RECORDS SUPPLIED>
------

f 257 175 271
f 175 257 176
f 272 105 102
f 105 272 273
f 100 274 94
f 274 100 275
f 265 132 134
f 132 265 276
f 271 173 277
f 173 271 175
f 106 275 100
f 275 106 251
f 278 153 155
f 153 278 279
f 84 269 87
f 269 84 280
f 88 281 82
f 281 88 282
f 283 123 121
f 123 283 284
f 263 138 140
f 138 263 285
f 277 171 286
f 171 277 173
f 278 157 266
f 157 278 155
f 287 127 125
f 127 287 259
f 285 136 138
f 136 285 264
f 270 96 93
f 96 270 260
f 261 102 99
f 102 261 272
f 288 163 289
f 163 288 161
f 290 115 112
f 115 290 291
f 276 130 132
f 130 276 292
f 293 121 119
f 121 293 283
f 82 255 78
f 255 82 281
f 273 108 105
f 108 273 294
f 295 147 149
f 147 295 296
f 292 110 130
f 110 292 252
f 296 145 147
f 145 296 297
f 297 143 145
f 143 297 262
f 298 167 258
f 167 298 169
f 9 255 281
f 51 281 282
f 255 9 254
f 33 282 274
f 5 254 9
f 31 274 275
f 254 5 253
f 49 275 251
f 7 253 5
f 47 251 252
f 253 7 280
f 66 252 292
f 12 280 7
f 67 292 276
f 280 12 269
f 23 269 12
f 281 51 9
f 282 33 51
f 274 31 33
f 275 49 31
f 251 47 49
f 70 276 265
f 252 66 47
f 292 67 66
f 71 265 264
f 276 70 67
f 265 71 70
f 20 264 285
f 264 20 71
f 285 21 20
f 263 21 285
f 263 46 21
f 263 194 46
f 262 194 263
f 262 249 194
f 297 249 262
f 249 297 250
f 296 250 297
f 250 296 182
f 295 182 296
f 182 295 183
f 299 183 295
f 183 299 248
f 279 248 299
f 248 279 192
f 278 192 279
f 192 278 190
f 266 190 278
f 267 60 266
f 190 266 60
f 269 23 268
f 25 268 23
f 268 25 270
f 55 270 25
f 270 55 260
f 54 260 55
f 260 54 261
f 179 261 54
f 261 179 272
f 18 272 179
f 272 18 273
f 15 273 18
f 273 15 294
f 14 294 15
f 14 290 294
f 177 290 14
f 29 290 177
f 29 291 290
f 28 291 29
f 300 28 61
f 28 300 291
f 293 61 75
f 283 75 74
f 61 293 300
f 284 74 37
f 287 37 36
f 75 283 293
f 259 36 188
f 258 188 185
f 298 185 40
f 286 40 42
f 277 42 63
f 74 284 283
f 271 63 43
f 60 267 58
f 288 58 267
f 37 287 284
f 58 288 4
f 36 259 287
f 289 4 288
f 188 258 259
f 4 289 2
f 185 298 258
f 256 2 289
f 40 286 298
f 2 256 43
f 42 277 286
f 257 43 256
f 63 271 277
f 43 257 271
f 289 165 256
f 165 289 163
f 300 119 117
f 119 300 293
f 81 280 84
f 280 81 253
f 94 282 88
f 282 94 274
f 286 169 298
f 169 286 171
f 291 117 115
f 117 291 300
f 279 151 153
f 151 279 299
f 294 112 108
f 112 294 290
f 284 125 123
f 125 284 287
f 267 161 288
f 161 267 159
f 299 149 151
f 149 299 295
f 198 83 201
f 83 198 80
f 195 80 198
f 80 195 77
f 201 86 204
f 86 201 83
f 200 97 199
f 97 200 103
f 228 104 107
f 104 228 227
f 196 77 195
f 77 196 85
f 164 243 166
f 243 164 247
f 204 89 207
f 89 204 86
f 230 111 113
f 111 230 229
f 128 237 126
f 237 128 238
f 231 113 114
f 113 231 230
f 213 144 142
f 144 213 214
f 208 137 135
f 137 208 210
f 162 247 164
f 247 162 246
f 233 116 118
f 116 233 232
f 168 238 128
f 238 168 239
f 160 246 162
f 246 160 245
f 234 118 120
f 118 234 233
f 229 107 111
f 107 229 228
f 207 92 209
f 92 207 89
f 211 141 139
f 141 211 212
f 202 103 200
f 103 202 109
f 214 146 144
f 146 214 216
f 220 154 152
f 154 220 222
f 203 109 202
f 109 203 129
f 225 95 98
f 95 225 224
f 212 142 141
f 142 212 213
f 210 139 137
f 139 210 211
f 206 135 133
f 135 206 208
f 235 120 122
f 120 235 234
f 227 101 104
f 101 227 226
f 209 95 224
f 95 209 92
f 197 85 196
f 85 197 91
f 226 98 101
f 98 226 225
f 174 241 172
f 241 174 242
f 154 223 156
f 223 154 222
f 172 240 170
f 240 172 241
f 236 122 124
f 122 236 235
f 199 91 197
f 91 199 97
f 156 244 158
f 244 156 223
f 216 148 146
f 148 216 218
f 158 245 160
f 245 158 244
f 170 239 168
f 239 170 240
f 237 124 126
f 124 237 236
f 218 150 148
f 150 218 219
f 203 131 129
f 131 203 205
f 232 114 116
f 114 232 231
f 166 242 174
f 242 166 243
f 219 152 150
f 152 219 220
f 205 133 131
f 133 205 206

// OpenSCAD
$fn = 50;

------

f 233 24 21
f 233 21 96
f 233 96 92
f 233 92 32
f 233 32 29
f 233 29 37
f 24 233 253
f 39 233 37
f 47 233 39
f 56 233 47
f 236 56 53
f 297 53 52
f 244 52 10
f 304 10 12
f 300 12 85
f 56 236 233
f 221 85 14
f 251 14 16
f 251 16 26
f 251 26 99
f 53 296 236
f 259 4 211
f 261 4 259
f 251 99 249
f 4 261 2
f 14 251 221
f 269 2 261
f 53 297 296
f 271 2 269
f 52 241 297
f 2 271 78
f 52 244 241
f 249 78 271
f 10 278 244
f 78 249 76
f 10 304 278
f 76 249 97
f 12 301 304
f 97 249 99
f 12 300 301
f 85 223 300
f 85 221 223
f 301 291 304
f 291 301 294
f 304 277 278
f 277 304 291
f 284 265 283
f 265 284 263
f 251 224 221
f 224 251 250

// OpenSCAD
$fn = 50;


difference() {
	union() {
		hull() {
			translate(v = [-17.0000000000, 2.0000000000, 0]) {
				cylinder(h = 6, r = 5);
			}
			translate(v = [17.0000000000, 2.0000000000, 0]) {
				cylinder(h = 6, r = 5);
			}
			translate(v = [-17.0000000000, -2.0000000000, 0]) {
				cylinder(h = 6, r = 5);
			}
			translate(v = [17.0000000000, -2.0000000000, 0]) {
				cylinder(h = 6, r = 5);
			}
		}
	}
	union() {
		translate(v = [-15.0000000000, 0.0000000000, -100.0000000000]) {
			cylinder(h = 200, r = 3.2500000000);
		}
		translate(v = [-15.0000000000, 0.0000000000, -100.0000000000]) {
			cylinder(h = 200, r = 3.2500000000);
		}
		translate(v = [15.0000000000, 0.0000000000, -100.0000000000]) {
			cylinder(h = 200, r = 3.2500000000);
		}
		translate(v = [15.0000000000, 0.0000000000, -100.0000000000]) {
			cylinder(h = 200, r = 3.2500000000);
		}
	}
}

------

EXERCISE PROMPT> Check each line of the records for the string "translate" and copy those that have it.

SOLUTION>
			translate(v = [-17.0000000000, 2.0000000000, 0]) {
			translate(v = [17.0000000000, 2.0000000000, 0]) {
			translate(v = [-17.0000000000, -2.0000000000, 0]) {
			translate(v = [17.0000000000, -2.0000000000, 0]) {
		translate(v = [-15.0000000000, 0.0000000000, -100.0000000000]) {
		translate(v = [-15.0000000000, 0.0000000000, -100.0000000000]) {
		translate(v = [15.0000000000, 0.0000000000, -100.0000000000]) {
		translate(v = [15.0000000000, 0.0000000000, -100.0000000000]) {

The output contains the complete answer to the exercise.